No a jak :-) Nie mam czasu gotowac dzisiaj...no dobra. Nie chce mi sie,moze sie nie chciec raz na jakis czas :-)


No a jak :-) Nie mam czasu gotowac dzisiaj...no dobra. Nie chce mi sie,moze sie nie chciec raz na jakis czas :-)
Ja też nie przepadam, ale gotuję i jem, bo musi być jakaś odmiana. A praca opiekunki powoli przyzwyczaja mnie do jedzenia nawet tego, co uważam za niezjadliwe:blee:
Do jedzenia buraków nic mnie nie zmusi! I nie jem niezjadliwych rzeczy. Na szczescie mam za dużo kilo to moge sie dawać zaglodzić w Dojczlandii :-)
Ostatnio jak byłam w Polsce wybraliśmy sie do restauracji. Zaserwowali Taki mix kapustek. Posrodku było czerwone z wyglądu jak kapusta czerwona, ale moje sokole oko dojrzało w tym buraki? Mój ojciec mnie podpuścił i powiedział, że to czerwona kapusta.

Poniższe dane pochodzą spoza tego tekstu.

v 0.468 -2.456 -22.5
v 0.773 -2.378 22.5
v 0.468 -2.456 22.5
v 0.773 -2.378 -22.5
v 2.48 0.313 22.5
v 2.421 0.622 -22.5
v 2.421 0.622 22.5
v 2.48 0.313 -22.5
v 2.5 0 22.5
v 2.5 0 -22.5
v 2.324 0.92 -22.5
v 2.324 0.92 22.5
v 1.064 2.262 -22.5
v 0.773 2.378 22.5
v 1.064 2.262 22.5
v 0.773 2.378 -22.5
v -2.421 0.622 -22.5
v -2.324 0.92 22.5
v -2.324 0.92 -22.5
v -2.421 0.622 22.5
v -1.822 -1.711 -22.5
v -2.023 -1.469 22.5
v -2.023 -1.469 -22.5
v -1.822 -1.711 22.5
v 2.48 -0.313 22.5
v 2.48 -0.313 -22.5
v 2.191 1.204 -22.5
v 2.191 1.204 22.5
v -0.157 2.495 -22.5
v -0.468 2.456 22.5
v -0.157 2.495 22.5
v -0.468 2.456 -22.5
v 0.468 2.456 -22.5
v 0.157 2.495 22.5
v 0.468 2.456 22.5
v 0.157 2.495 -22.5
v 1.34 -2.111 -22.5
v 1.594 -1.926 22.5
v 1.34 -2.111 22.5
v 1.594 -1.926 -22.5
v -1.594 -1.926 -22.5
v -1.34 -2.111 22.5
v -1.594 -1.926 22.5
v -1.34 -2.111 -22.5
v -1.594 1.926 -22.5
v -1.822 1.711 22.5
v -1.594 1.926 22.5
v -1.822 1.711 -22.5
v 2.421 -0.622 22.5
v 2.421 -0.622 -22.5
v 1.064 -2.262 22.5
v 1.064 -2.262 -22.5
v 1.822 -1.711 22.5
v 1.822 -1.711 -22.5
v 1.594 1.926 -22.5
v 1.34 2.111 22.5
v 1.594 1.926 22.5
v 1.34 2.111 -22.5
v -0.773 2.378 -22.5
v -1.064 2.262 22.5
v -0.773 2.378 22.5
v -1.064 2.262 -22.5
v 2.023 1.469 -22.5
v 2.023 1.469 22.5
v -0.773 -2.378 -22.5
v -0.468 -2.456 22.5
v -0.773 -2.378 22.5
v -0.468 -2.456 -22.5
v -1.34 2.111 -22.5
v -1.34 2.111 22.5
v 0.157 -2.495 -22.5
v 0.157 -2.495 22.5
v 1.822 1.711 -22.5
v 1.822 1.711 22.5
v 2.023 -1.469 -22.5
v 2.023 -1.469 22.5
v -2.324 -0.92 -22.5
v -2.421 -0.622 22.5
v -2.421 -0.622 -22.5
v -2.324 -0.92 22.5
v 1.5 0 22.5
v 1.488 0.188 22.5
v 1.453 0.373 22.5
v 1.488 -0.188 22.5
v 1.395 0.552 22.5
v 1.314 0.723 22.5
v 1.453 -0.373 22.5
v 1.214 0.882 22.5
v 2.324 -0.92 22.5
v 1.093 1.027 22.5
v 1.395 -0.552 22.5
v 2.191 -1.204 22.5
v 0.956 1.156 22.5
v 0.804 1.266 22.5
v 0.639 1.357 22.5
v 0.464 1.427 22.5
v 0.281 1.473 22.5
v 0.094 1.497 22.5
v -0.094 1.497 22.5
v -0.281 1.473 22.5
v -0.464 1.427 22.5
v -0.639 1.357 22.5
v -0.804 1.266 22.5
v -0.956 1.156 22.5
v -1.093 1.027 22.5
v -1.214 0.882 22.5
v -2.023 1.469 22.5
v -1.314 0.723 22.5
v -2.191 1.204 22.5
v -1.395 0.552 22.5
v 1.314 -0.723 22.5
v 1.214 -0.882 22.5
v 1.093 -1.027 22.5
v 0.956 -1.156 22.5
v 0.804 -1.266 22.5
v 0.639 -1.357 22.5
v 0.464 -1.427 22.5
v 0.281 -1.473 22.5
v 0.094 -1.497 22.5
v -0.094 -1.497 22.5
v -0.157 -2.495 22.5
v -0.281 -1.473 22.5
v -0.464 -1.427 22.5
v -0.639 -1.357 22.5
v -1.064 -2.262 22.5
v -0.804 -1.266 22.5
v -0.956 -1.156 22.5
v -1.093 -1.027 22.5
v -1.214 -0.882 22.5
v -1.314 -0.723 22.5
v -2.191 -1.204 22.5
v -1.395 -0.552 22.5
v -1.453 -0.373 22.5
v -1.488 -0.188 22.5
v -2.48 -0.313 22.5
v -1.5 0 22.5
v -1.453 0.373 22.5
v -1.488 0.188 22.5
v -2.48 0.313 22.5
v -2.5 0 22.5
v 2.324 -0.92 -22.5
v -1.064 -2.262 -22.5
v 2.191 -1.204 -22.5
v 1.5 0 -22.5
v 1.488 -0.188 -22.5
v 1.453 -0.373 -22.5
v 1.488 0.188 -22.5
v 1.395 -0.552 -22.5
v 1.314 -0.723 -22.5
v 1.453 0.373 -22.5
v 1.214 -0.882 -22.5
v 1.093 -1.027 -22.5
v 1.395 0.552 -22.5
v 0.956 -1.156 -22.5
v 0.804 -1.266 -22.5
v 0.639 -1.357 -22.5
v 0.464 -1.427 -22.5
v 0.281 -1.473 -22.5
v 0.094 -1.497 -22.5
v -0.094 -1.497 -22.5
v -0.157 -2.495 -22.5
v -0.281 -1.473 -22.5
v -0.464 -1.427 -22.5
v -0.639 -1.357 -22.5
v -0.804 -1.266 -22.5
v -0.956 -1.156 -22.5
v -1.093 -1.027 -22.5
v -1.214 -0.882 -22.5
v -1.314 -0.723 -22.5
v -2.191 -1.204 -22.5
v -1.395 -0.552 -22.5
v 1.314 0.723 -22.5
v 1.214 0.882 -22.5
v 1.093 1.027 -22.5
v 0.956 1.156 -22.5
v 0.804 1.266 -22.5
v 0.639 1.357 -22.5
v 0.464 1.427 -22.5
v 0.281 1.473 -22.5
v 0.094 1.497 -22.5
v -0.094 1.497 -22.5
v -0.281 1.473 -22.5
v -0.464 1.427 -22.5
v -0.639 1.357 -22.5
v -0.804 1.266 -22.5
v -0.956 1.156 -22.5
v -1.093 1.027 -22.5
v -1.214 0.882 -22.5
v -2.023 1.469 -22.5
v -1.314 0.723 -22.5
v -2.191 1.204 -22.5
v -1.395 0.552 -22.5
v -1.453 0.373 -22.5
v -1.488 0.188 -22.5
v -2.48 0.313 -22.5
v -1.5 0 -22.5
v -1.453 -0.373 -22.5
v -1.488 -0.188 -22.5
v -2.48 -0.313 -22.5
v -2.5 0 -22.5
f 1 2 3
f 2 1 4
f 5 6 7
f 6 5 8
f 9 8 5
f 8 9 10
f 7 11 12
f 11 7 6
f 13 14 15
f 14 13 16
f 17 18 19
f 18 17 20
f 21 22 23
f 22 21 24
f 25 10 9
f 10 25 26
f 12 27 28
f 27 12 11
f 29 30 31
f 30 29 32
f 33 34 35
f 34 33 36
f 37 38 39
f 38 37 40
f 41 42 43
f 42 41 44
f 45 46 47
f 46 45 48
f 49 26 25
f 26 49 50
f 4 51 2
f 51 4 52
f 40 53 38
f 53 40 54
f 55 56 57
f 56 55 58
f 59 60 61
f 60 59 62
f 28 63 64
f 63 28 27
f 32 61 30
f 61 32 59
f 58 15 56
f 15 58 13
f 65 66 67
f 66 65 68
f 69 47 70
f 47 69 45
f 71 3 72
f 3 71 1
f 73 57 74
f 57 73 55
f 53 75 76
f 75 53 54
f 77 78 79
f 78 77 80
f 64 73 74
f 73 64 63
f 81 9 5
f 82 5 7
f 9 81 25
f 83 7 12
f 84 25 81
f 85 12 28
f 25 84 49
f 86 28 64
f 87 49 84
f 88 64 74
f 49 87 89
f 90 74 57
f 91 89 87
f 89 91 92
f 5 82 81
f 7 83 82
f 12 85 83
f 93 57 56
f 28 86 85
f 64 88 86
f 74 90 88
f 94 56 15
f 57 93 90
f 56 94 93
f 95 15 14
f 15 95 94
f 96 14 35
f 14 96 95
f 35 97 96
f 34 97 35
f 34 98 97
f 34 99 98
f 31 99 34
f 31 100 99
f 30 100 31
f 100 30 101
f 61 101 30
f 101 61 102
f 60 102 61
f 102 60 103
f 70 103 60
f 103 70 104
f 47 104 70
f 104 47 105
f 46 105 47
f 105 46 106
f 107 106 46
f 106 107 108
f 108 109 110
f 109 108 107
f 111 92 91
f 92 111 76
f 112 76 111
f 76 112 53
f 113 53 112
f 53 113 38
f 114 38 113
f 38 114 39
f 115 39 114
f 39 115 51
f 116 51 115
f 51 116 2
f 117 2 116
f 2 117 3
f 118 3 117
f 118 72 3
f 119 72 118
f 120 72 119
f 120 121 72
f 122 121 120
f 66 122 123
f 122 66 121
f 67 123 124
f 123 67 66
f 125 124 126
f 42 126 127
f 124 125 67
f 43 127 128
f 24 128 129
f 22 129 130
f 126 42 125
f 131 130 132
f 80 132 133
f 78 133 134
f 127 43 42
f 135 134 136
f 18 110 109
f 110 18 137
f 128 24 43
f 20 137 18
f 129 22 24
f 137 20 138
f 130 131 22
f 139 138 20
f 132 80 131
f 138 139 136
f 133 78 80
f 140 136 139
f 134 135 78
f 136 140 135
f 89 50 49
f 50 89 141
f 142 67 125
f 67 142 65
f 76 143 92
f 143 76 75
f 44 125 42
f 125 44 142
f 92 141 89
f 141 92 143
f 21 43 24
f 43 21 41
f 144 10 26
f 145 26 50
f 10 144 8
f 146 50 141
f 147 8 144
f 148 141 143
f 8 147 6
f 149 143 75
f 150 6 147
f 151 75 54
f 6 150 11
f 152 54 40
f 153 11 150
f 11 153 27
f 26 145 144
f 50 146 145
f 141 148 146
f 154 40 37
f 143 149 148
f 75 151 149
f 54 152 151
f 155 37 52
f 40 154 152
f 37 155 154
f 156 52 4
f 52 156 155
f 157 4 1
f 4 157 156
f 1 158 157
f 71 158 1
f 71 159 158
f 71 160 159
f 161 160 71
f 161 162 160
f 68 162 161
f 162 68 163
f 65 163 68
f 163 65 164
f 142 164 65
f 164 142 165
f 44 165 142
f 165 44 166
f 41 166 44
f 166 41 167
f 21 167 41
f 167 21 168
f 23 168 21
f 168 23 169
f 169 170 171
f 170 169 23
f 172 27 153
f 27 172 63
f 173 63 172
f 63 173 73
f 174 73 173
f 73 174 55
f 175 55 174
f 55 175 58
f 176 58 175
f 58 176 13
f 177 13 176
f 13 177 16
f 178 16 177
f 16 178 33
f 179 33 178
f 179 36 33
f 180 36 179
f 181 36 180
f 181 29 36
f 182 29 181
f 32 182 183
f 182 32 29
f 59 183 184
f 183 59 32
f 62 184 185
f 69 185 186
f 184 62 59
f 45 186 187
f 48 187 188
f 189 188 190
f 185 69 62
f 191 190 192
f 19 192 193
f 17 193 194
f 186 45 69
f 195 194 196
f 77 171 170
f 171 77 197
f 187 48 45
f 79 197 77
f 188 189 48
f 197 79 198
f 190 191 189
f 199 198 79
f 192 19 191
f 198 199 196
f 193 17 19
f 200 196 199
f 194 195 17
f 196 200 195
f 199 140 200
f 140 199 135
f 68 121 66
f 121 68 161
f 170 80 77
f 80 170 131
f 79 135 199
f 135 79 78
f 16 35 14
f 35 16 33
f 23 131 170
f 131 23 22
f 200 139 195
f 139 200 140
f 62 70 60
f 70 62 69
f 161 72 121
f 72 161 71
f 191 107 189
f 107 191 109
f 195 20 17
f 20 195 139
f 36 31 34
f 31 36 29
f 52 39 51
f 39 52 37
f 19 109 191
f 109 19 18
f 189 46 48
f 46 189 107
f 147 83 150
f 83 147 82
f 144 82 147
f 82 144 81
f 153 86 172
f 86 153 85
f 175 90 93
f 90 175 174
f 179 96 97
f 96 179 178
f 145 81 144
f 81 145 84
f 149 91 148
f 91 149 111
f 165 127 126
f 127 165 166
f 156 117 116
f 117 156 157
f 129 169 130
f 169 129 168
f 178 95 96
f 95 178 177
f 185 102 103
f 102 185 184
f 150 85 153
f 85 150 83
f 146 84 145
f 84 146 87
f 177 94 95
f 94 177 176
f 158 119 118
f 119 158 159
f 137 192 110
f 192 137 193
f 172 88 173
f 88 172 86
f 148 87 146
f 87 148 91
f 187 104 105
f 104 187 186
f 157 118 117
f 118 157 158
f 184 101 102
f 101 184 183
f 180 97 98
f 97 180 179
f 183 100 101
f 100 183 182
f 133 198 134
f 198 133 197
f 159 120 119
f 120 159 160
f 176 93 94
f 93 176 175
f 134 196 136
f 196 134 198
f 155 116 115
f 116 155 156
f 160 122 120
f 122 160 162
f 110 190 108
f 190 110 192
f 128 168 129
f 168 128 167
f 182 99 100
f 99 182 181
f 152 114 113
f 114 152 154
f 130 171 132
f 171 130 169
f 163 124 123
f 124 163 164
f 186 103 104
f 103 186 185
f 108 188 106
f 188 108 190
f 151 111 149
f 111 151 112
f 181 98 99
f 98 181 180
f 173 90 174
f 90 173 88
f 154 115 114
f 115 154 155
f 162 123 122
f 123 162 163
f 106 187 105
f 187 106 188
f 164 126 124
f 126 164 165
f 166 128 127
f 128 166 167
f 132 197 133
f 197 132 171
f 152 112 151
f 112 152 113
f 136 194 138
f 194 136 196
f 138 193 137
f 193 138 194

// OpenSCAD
$fn = 50;


difference() {
	union() {
		translate(v = [0, 0, -22.5000000000]) {
			cylinder(h = 45, r = 2.5000000000);
		}
	}
	union() {
		translate(v = [0, 0, -100.0000000000]) {
			cylinder(h = 200, r = 1.5000000000);
		}
	}
}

Wzięłam trochę i nie mogłam tego wypluć publicznie. Musiałam przełknąć.
Fuj, fuj, fuj nie mogę tego pakudztwa polubić?? Już przy samym gotowaniu smierdzi jakby ktoś chlewik otwarł? :lol2:
Z tym zapachem to prawda, ale ser pleśniowy śmierdzi bardziej a smakuje lepiej:-)
Nie jestem fanka serów pleśniowych? Nie pamietam nawet kiedy jadłam? :-)
Nie jestem fanka serów pleśniowych? Nie pamietam nawet kiedy jadłam? :-)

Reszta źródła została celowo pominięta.